Maddi tazminat hususunda olduğu gibi, manevi tazminat davası da, boşanma davasından sonra ve hatta boşanma davası kesinleştikten sonra dahi açılabilir zira, madde metninde “eş” değil, “taraf” kelimesi geçmekte olup, boşanmadan sonra “eş” vasfının olmayacağı açıktır.
SONUÇ
Maddi ve manevi tazminat, birçok dava açısından akla gelebilecek bir kurumdur. Bir trafik kazası olayından, gazetede geçen bir haberde söylenen söze kadar birçok fiil, maddi ve manevi tazminata konu olabilir.
Biz bu makalemizde, sadece boşanma davası ile ilgili “maddi-manevi tazminat” hakkında kısaca bilgi vermiş bulunmaktayız.
Tabi ki boşanma davası ile ilgili maddi ve manevi tazminat konusunda, söylenecekler ve tartışılacak hususlar, bu kadarla sınırlı değildir. Ancak biz, konunun en temel manasında ne anlama geldiğini burada anlaşılması açısından, bu kadar açıklamanın yeterli olduğu kanaatindeyiz.
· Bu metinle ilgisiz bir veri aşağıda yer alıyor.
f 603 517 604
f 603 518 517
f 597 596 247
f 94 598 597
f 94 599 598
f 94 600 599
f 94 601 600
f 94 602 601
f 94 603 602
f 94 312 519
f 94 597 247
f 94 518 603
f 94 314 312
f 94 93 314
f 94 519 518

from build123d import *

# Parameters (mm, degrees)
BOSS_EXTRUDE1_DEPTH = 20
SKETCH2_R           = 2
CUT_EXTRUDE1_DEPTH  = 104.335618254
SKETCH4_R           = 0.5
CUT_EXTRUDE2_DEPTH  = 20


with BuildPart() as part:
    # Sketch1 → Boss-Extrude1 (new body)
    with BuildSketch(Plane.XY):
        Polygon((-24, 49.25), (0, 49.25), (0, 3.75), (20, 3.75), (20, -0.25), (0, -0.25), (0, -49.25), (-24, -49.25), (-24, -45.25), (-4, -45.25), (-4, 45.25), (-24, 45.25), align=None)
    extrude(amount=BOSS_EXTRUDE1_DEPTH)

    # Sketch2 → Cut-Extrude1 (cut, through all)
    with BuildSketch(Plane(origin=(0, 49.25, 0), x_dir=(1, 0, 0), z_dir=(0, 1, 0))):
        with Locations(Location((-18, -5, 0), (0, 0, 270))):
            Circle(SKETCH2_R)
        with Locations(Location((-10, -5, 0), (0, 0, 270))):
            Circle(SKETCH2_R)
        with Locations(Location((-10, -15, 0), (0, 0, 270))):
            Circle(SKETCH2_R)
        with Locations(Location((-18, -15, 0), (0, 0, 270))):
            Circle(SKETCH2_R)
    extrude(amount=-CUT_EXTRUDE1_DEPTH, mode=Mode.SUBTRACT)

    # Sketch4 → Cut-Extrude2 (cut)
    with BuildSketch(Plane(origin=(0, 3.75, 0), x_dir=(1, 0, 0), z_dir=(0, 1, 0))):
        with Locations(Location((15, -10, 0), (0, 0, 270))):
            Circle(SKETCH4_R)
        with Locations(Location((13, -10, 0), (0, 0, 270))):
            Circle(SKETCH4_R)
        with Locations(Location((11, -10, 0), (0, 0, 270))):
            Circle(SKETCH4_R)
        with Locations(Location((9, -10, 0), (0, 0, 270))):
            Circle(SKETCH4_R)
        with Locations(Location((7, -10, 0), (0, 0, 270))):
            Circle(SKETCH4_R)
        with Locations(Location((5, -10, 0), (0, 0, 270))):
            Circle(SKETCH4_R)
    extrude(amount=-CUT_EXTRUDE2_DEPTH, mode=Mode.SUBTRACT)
YÜKSEKKAYA LAW OFFICE olarak, bu kısa bilgilendirmeyi, faydalı olmasını temenni ederek kaleme almış olmakla, bir yandan da halk arasında oluşan yanlış ve hayali kanaatlerin önüne geçmeyi düşündüğümüzü açıkça belirtmek isteriz.
[1] YHGK 2013/2-1689 E., 2015/1033 K., 13.03.2015 T.
[2] YHGK 2014/2-174 E., 2016/101 K., 27.01.2016 T.
[3] YHGK 2013/2-604 E., 2014/38 K., 22.01.2014 T.
[4] YHGK 2010/2-636 E., 2010/680 K., 22.12.2010 T.
[5] YHGK 2013/2-1156 E., 2014/753 K., 15.10.2014 T.
[6] YHGK 2011-2-822 E., 2012/146 K., 14.03.2012 T.
[7] YHGK 2011/4-601 E., 2012/2 K., 18.01.2012 T.
[8] Yargıtay 2 HD 2015/12243 E., 2016/3204 K., 23.02.2016 T.
[9] Yargıtay 2 HD 2015/12891 E., 2016/3100 K., 22.02.2016
[10] Yargıtay 2 HD 2015/12885 E., 2016/3160 K., 22.02.2016 T.